Your hooks are being thrown too far? Then punch a bag, you will have to adjust to be able to punch the bag which will fix your form. When you are moving back wards bring your front foor to your back foot, then move your back foot back. That keeps you in the same stance while moving backwards.


----------



## Mahonski (Jul 29, 2007)

Shogun_is_Champ said:


> Your hooks are being thrown too far? Then punch a bag, you will have to adjust to be able to punch the bag which will fix your form. When you are moving back wards bring your front foor to your back foot, then move your back foot back. That keeps you in the same stance while moving backwards.


Defo. Get on the hook and jab pads too. I was the same. I did Taekwon do for years, ruined my toe to toe fighting and made me concentrate on counter striking too much. Saying that it did help me with foot work. Had to go back to basics with my punching when i took up Muay Thai. Short and sharp with the hooks, using the front foot to shift back/diagonally, back foot to shift forward sharply but keeping the stance at the same time. Keep the foot movements small and work you distance till your comfy in your moving without compromising balance then start throwing bigger hooks. If you have to reach too far then there aint much point throwing it. In my opinion anyway.

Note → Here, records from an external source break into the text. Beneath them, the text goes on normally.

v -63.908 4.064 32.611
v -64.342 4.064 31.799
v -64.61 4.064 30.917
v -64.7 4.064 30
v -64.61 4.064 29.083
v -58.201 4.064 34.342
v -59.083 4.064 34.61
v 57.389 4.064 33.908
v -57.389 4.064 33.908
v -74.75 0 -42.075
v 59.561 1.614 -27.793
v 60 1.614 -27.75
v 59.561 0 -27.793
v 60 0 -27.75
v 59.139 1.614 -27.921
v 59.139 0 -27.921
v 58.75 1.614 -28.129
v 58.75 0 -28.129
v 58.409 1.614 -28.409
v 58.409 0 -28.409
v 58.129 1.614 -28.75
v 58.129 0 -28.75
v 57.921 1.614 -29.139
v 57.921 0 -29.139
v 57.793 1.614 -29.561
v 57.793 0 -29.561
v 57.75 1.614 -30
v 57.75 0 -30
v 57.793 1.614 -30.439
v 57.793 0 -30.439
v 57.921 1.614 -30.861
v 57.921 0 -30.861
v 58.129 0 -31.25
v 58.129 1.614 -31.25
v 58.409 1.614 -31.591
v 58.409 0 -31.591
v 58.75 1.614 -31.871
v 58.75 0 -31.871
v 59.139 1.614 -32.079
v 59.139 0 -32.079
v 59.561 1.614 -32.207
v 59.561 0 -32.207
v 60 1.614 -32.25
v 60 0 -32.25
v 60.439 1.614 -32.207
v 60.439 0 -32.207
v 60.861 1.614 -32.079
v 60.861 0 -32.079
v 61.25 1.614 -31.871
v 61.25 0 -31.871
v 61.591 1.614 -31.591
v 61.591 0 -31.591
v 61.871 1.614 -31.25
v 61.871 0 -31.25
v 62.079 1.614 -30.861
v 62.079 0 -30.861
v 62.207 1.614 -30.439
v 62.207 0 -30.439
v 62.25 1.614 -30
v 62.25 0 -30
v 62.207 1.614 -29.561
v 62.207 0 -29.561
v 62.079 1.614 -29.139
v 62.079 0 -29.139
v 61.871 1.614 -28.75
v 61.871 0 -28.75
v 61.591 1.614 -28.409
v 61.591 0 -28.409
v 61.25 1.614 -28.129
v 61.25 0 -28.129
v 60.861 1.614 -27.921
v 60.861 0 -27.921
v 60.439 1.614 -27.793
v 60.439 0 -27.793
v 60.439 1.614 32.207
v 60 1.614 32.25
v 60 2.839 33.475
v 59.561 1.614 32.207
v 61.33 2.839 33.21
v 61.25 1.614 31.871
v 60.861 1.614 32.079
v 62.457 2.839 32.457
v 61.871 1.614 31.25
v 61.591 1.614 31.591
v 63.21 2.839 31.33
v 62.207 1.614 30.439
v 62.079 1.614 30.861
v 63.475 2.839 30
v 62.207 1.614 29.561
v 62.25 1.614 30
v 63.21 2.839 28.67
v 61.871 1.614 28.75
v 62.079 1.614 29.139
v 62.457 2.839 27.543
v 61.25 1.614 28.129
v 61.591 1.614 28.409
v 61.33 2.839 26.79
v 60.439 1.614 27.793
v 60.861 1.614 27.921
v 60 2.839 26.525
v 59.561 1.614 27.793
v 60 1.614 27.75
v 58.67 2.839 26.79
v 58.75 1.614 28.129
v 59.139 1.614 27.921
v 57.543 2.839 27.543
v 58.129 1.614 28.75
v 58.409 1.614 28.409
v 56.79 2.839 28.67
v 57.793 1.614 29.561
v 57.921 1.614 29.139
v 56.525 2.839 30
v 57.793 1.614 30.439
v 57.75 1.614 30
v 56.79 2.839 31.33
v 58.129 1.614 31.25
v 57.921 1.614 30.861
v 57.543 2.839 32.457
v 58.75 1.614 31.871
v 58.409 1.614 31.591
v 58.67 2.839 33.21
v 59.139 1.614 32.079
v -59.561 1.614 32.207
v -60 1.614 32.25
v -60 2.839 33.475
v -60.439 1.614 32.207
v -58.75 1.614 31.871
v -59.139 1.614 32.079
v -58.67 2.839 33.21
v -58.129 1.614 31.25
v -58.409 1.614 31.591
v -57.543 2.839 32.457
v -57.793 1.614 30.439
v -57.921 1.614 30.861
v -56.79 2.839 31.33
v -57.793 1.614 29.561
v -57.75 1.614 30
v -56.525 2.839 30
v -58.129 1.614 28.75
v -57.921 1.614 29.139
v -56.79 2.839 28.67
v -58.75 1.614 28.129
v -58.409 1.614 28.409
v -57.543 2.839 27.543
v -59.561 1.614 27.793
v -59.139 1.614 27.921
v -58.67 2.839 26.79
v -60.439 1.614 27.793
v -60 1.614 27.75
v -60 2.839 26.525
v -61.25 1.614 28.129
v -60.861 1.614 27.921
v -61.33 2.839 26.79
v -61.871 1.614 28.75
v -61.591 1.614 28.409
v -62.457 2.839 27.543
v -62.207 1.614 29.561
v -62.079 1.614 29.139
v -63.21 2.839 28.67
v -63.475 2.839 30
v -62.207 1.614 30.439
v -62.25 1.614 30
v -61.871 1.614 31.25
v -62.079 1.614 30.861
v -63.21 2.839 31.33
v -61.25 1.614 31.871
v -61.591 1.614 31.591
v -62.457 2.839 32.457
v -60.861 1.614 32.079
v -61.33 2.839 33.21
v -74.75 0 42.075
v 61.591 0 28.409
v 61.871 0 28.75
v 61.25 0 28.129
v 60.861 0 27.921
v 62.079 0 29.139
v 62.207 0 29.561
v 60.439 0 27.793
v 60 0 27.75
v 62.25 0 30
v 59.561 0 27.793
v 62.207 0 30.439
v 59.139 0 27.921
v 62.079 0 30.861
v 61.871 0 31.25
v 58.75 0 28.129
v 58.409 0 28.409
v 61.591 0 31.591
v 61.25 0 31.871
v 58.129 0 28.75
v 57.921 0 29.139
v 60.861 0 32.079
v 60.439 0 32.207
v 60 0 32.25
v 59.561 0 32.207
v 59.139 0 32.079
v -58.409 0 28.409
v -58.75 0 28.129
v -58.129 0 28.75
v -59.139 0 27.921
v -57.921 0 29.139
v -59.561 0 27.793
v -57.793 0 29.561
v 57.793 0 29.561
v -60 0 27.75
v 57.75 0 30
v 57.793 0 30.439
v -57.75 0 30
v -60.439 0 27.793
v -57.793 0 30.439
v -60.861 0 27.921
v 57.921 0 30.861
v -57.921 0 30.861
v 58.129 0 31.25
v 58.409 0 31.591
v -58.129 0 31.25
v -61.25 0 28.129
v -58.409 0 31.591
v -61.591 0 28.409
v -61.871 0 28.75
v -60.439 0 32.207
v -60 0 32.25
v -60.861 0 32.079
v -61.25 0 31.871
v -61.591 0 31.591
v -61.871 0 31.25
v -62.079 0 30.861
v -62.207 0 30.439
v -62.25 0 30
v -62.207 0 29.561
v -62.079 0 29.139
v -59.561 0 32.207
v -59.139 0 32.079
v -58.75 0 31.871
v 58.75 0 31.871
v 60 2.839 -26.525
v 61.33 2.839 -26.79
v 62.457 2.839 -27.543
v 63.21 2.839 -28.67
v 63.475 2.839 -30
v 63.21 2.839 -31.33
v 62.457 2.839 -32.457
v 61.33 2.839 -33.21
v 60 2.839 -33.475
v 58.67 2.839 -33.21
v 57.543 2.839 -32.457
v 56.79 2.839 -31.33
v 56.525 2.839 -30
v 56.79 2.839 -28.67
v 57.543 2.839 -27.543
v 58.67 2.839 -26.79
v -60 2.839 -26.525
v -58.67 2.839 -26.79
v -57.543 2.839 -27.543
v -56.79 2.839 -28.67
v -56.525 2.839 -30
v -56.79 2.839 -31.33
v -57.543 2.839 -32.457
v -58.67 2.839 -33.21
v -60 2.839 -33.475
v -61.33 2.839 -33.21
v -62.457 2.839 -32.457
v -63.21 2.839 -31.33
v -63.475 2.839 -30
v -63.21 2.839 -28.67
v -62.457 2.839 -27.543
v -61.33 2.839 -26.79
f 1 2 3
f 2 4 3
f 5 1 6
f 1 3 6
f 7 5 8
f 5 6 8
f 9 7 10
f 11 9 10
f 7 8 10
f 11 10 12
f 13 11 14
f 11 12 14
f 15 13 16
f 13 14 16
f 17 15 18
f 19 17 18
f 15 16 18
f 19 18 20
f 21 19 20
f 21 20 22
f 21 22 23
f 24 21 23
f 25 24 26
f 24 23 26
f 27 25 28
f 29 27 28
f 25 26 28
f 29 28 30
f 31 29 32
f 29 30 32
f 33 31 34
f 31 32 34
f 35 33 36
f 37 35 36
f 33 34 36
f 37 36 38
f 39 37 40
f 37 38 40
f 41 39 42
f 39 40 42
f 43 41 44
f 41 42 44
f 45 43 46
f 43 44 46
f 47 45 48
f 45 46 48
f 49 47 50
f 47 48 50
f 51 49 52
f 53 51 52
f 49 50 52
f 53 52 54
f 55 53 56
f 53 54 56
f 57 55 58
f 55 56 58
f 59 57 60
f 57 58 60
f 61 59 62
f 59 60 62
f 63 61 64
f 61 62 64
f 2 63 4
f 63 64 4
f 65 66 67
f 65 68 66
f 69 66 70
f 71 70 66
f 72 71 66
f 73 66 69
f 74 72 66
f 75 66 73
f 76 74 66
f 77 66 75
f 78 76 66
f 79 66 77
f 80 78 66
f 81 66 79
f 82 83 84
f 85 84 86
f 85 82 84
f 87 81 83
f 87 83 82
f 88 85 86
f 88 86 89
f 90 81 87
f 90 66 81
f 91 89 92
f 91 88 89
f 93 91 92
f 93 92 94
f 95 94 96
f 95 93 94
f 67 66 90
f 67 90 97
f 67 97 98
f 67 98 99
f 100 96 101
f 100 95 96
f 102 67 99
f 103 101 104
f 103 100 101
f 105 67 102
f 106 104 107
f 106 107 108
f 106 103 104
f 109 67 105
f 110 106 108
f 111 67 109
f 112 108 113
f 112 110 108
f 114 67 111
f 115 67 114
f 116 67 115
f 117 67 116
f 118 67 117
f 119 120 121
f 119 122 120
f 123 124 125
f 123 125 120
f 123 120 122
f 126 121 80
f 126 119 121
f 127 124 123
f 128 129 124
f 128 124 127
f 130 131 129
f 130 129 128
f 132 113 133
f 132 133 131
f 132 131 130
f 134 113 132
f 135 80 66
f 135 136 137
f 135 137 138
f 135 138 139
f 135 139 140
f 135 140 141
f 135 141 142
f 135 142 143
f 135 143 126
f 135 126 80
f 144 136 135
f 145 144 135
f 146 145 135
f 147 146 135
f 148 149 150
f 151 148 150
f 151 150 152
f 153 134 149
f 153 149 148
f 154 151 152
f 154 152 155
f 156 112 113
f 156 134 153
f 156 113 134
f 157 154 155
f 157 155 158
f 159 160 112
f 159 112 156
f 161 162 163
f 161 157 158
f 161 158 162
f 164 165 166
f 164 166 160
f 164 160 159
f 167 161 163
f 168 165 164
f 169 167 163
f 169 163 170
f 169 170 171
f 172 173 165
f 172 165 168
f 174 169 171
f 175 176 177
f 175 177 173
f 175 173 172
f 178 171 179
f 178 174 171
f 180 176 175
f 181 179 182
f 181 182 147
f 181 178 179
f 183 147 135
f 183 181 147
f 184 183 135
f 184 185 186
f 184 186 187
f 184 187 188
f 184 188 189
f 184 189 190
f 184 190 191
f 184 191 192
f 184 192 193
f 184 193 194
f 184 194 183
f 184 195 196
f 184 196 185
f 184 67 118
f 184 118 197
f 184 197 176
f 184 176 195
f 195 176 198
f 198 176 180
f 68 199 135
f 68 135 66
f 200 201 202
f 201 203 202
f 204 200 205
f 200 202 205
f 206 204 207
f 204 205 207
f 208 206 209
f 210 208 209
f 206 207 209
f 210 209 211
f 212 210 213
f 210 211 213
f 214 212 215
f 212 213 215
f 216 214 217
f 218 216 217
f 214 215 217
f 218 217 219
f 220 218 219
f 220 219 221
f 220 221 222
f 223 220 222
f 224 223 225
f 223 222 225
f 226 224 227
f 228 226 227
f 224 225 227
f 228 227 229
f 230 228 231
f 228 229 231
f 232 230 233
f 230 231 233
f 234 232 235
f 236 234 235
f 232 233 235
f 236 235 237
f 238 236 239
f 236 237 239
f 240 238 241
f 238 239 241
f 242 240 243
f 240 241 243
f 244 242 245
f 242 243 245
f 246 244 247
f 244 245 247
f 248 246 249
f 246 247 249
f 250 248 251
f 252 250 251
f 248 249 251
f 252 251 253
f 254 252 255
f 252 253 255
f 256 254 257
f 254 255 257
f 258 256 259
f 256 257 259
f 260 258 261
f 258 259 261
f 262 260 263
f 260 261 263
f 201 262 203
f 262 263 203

Hope that makes some sense


----------



## marc (Jul 16, 2007)

yeh nice one lads, my footwork hasnt been a problem at all for ages, its only been recently, i dont know where ive picked up the sloppy footwork from but i've got to stop it...Getting on the hook and jab pads is a good idea to fix the poor hook technique, i might have to take a pair to classes as the only time i get to do thai is in thai boxin, coz my other mates are down the pub gettin pissed when im in the gym shadow boxing by myself:rolleyes:

thanks for the comments guys


----------



## Shogun_is_Champ (Aug 4, 2007)

Mahonski said:


> Defo. Get on the hook and jab pads too. I was the same. I did Taekwon do for years, ruined my toe to toe fighting and made me concentrate on counter striking too much. Saying that it did help me with foot work. Had to go back to basics with my punching when i took up Muay Thai. Short and sharp with the hooks, using the front foot to shift back/diagonally, back foot to shift forward sharply but keeping the stance at the same time. Keep the foot movements small and work you distance till your comfy in your moving without compromising balance then start throwing bigger hooks. If you have to reach too far then there aint much point throwing it. In my opinion anyway. Hope that makes some sense


I did Tae Kwon Do also, it helped me to get basics but muay thai is better for MMA.


----------



## CAPTAIN PEGLEG (Aug 12, 2007)

Yea, I picked up a bad habit for low kicks defense, sometimes instead of bringing my leg up to block them, i put my arm there instead lol..i have to always remember not to do that one.


----------



## MMAMoney (Sep 2, 2007)

Yeah, bad habbits are the worst and most annoying thing ever to happen to a fighter! While I havent picked up any major ones in 13 years of fighting (lucky I know!), my biggest downfall was the F*cking chip shop right next to our gym!!!!!!! Seriously guys, I got fat and quick! lol New gym though now, and i can look down and see my feet very clearly now! lol Take care guys!


----------



## James (Jul 28, 2007)

I havent been doing MMA for ages but I find I dont hold my guard up very well all the time when sparing & the instructors say I need to not let my elbows go out when punching & keep it tucked in a bit more.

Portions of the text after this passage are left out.